§ **REQUIREMENT**: In the listing below, print exactly the lines between the line holding "v18 (-5.5,0,-4)" and the line holding "e22 v21 v22", inclusive, and no more.

§ **SOURCE DATA**:
* * *

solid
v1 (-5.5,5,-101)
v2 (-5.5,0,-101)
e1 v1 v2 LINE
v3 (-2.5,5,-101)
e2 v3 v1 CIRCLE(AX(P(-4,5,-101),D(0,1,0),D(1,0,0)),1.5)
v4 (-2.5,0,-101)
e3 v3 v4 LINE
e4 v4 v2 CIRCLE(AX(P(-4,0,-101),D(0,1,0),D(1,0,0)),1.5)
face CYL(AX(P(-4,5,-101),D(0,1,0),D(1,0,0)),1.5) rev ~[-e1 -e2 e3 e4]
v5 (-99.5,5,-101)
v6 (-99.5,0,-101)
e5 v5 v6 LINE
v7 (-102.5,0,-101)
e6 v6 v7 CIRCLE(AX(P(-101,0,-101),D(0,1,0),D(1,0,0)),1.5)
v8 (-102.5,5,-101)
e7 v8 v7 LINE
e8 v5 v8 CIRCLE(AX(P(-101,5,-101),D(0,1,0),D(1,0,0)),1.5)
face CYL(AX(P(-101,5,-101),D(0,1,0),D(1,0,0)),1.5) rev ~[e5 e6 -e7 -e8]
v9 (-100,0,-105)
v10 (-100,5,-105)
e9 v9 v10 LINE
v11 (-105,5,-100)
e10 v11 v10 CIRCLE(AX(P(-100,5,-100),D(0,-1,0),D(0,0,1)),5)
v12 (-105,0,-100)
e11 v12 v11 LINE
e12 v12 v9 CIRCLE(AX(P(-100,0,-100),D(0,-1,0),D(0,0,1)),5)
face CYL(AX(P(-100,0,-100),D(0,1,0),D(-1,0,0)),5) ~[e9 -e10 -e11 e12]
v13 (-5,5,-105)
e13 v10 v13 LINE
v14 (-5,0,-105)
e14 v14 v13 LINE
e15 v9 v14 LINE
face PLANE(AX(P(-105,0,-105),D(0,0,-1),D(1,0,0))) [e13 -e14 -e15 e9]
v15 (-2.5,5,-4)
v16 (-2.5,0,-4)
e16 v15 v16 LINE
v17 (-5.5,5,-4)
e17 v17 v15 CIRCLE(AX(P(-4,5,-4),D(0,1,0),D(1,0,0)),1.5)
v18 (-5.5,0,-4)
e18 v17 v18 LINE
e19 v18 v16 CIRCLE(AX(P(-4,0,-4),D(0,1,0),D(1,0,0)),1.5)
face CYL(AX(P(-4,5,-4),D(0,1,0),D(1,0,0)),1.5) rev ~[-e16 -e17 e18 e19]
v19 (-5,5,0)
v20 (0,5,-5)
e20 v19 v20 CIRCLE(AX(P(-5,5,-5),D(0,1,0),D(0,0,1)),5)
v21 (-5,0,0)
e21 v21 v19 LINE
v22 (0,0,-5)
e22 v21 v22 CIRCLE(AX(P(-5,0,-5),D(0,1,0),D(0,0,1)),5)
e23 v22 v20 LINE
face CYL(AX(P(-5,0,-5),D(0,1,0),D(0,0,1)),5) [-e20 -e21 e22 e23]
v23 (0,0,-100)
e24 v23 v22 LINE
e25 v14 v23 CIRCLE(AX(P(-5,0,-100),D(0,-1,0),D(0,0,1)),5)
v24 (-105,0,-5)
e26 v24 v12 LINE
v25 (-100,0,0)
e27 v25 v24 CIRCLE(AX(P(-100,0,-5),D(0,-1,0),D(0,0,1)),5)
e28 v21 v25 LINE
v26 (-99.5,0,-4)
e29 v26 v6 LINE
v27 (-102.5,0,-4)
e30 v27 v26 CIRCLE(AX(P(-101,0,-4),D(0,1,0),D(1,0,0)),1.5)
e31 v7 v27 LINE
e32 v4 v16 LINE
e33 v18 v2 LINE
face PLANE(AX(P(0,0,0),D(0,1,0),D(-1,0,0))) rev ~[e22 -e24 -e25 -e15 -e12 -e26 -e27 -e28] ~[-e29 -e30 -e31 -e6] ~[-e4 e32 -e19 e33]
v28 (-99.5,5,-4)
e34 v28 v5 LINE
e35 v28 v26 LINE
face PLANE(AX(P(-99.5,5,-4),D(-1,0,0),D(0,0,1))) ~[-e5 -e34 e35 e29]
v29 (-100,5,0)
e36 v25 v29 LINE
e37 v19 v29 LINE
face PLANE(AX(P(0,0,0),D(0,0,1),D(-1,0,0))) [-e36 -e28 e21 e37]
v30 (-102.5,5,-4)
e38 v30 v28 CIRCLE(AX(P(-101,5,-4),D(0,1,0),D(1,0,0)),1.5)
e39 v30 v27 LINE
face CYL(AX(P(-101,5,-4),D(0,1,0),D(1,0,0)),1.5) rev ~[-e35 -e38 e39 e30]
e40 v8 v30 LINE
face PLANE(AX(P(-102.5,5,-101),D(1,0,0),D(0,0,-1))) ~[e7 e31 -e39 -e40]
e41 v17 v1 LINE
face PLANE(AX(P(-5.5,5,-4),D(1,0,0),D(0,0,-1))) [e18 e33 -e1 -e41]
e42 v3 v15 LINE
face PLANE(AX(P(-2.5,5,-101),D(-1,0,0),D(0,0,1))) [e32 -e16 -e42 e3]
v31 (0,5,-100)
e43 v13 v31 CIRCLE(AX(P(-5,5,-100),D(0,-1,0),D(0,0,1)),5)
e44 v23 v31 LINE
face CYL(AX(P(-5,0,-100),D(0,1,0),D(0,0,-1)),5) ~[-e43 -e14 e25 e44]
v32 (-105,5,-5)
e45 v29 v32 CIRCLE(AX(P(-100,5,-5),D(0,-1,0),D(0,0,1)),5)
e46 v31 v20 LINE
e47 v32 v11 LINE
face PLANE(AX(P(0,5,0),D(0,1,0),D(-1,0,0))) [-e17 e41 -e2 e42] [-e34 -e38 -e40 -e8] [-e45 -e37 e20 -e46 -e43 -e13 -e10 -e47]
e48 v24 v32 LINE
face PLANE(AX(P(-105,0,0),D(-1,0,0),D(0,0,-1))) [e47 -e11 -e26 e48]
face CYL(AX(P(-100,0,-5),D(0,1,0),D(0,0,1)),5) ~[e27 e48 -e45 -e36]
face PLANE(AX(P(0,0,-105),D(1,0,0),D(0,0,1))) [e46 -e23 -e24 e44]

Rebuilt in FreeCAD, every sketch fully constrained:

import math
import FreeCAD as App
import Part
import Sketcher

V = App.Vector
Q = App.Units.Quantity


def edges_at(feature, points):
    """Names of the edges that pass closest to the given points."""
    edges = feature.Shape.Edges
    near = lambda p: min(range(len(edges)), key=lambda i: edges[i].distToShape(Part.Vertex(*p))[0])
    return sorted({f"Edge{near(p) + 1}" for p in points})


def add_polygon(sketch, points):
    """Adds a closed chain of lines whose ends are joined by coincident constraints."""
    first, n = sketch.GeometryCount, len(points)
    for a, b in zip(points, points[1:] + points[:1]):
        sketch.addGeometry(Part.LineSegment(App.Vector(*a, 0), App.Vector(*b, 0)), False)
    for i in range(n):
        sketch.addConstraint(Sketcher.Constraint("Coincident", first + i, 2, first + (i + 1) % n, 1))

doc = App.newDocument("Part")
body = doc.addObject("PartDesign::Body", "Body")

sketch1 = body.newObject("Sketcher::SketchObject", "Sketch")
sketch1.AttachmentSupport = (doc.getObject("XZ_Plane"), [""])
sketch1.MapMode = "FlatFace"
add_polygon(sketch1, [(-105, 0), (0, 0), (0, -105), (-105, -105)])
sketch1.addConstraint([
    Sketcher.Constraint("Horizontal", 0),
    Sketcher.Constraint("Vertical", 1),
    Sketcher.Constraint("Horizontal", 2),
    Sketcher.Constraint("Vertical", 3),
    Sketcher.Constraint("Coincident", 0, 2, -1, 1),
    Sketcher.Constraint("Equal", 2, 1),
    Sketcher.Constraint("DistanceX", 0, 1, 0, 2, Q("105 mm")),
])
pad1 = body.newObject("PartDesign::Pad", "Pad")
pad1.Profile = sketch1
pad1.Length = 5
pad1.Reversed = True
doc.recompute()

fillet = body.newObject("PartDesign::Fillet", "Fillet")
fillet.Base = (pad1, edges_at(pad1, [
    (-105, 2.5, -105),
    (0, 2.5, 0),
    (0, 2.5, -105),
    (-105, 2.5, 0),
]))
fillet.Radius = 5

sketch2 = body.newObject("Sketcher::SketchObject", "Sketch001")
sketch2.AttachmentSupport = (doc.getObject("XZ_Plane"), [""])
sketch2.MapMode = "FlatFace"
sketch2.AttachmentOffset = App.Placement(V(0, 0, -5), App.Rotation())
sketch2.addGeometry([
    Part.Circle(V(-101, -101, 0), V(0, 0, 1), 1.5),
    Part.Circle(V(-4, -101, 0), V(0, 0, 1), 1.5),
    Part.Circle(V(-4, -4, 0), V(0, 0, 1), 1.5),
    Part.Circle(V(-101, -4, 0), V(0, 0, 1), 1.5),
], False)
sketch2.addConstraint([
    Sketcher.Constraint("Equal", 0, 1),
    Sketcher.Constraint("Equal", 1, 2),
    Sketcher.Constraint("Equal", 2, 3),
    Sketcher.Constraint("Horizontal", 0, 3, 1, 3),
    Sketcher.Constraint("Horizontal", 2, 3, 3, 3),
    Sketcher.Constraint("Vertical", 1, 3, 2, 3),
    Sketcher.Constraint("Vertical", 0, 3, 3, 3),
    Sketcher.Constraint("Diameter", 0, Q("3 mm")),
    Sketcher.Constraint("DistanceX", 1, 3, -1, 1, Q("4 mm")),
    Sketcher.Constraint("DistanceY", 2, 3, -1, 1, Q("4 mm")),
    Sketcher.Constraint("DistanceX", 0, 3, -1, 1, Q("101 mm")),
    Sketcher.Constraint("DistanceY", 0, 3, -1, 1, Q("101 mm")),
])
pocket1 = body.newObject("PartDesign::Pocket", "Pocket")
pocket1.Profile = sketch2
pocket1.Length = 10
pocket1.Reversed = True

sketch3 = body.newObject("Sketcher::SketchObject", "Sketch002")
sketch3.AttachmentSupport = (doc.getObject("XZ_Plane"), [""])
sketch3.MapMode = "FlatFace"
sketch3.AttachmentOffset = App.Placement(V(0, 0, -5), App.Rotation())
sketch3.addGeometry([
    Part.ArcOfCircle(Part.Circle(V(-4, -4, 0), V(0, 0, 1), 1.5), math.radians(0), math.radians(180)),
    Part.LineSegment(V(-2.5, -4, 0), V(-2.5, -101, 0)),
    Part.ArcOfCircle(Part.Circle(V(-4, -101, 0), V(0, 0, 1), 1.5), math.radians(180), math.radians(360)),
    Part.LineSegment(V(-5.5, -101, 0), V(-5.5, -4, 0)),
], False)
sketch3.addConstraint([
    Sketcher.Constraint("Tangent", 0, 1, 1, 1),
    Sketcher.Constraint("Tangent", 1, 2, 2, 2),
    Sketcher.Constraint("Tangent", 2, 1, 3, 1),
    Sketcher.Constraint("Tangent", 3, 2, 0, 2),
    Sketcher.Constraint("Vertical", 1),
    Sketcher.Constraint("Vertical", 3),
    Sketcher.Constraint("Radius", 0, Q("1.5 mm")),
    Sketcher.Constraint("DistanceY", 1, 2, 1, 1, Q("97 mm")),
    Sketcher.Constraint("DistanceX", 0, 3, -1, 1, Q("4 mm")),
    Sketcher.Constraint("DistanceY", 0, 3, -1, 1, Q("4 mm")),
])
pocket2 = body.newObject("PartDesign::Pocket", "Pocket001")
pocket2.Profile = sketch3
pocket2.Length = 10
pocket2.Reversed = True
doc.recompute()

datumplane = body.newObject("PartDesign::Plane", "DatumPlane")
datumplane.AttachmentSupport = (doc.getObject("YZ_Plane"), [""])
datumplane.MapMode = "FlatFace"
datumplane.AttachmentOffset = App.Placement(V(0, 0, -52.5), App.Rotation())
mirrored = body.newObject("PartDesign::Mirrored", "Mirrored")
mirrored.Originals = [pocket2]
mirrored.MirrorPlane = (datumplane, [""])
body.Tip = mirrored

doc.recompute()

* * *

§ **SOLUTION TO THE EXERCISE**:
v18 (-5.5,0,-4)
e18 v17 v18 LINE
e19 v18 v16 CIRCLE(AX(P(-4,0,-4),D(0,1,0),D(1,0,0)),1.5)
face CYL(AX(P(-4,5,-4),D(0,1,0),D(1,0,0)),1.5) rev ~[-e16 -e17 e18 e19]
v19 (-5,5,0)
v20 (0,5,-5)
e20 v19 v20 CIRCLE(AX(P(-5,5,-5),D(0,1,0),D(0,0,1)),5)
v21 (-5,0,0)
e21 v21 v19 LINE
v22 (0,0,-5)
e22 v21 v22 CIRCLE(AX(P(-5,0,-5),D(0,1,0),D(0,0,1)),5)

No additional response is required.